Fla. Stat. § 766.012 (2005). This provision included no express “unlawful activity” exception, though some practitioners and courts interpreted section 766.012 as engrafting onto it, by reference to section 766.013, the “unlawful activity” exception contained in that provision. In fact, Florida appellate courts eventually started to note and address the controversy the 2005 law sparked regarding whether section 776.012, by reference to 776.013, incorporated the “unlawful activity” exception. See, e.g., Hill v. State (Hill II), 143 So.3d 981, 984 (Fla. 4th DCA 2014). See also Brown v. State, 135 So.3d 1160, 1160 n.1, 1162 (Fla. 4th DCA 2014).
Given the controversy engendered by the 2005 law, in 2013, the Second DCA certified a question to the Florida Supreme Court, which pinpointed a perceived inter-district conflict. See Little, 111 So.3d at 222-23. In Little, the court held the defendant was entitled to immunity under section 776.012(1) even though his use of force was not permitted under section 776.013(3) because the “unlawful activity” exception applied. Id. at 222. The Second DCA noted that a Fourth DCA decision, Hill I, could be read broadly as holding the opposite - “that a defendant who is engaged in an unlawful activity is not entitled to immunity under section 776.032(1),” which incorporates by reference section 776.012. Id. (emphasis added).
Recognizing that its decision conflicted with the Fourth DCA's Hill I decision, the Second DCA certified the following question to the Florida Supreme Court: “Is a defendant who establishes . . . that his use of deadly force is permitted in section 776.012(1), Florida Statutes (2009), entitled to immunity under section 776.032(1) even though he is engaged in an unlawful activity at the time he uses the deadly force?” Id.

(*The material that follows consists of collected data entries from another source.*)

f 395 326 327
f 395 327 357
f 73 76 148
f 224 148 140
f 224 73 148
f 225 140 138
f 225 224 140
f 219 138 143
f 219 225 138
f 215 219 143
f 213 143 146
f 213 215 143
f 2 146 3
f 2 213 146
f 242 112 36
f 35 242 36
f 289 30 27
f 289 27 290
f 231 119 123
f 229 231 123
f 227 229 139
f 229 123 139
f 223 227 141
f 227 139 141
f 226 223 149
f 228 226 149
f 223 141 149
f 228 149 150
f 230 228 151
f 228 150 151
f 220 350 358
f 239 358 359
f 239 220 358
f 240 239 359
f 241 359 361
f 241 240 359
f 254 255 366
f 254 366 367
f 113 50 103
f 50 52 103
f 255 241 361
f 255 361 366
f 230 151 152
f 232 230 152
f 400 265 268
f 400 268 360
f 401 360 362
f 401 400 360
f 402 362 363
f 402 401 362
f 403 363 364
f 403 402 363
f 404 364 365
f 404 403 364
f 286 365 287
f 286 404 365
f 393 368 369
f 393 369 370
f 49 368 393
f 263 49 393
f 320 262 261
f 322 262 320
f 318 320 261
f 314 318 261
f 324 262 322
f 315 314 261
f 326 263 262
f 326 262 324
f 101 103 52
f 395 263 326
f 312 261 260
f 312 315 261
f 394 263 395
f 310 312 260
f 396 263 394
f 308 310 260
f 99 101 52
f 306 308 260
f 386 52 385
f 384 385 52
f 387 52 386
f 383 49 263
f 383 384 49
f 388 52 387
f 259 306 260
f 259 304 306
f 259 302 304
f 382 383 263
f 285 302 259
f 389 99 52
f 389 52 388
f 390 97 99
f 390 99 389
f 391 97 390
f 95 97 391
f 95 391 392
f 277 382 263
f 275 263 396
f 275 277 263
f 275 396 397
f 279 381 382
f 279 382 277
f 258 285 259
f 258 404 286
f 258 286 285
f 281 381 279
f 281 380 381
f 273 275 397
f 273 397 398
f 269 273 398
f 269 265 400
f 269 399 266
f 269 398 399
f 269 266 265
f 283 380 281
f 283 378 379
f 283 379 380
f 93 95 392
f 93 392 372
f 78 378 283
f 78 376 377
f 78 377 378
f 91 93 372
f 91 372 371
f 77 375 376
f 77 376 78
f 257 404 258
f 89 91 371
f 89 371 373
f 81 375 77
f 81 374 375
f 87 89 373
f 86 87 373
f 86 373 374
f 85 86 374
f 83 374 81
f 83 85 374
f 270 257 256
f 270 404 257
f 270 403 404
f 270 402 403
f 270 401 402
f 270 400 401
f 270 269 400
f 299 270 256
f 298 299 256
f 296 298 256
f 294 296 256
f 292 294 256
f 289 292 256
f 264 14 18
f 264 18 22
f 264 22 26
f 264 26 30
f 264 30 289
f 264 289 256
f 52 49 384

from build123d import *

Significantly, the court noted that it could find no case law addressing this specific issue. Id.
After the Little decision, there was a flurry of case law clarifying that sections 776.012 and 776.013(3) provide distinct avenues through which to invoke immunity under section 776.032, and that only one section conditioned immunity on a person's lawful conduct. The Fourth DCA even issued a decision to “eliminate any perceived conflict between [the DCA's] positions on this issue.” Hill II, 143 So.3d at 983 n.2. The Fourth DCA receded from its statement in Hill I “that a felon in possession of a firearm cannot claim immunity ‘under the Stand Your Ground law' because the statement unintentionally went beyond the statutory provision at hand - section 766.013(3).” Id. at 985 (emphasis in original). See also Brown, 135 So.3d at 1160 n.1, 1162 (noting the imprecise common parlance “Stand Your Ground” should be avoided because it caused confusion as “illustrated by the certified conflict” presented in the Little decision).
Id. at *8-10 (record citations and footnotes omitted). Given this extensive analysis of the pre-2014 statutes and case law, the court concluded that petitioner had not shown his trial counsel provided ineffective assistance (no deficient performance and no prejudice):
Upon careful review of case law interpreting the pre-2014 SYG law, and of the law itself, Petitioner fails to demonstrate his trial counsel's performance was deficient under Strickland simply because counsel failed to know in 2008 what Florida appellate courts did not make clear until at least 2014. The two cases Petitioner cited in his appellate brief certainly illuminate the issue and eviscerate any doubt whether the 2005 version of section 776.012 incorporated the “unlawful activity” exception expressly included in section 776.013(3). However, Miles and Dorsey II were decided many years after Petitioner was arrested and tried. As discussed, at least before 2013, the apparent understanding of the SYG law was that immunity was unavailable to convicted felons in possession of guns.
Even if Petitioner's trial counsel could have argued in 2008 that section 776.012 should apply regardless of a defendant's unlawful activity, under the circumstances, his failure to do so was reasonable. See Roe v. Flores-Ortega, 528 U.S. 470, 481 (2000) (“The relevant question is not whether counsel's choices were strategic, but whether they were reasonable.”). The Strickland standard does not demand criminal defense attorneys be legal trailblazers or statutory interpretation scholars. Bates v. Sec'y, Fla. Dep't of Corr., 768 F.3d 1278, 1295 (11th Cir. 2014) (“[The Strickland] test ‘has nothing to do with what the best lawyers would have done . . . [or] even what most good lawyers would have done.”).
Accordingly, Petitioner fails to demonstrate his trial counsel's performance was deficient. See Brown v. United States, 219 Fed.Appx. 917, 918 (11th Cir. 2007) (“Unless the petitioner can rebut the ‘strong presumption that counsel's
conduct falls within the wide range of reasonable professional assistance,' he cannot establish that counsel's performance was constitutionally deficient.”). But assuming counsel's performance was deficient, Petitioner is unable to demonstrate prejudice. Other than by speculation and conjecture, Petitioner does not assert a motion to suppress his charges under the SYG law, as interpreted in 2008, would have succeeded. Notably, the postconviction court agreed with trial counsel's assessment of the law, concluding that section 776.013(3)'s “unlawful activity” exception would have barred Petitioner from seeking SYG immunity.
Id. at *10-11 (footnotes omitted).

In this case, because Martin's trial counsel died before the evidentiary hearing on Martin's postconviction motion, what counsel believed regarding specific applicability of the statutes remains unknown. Nonetheless, unlike counsel in Reyes, Martin's trial counsel did file a motion, albeit not prior to trial, and the court denied that motion. As the postconviction court concluded, Martin has not shown that the trial court would have ruled differently if the motion had been filed prior to the trial.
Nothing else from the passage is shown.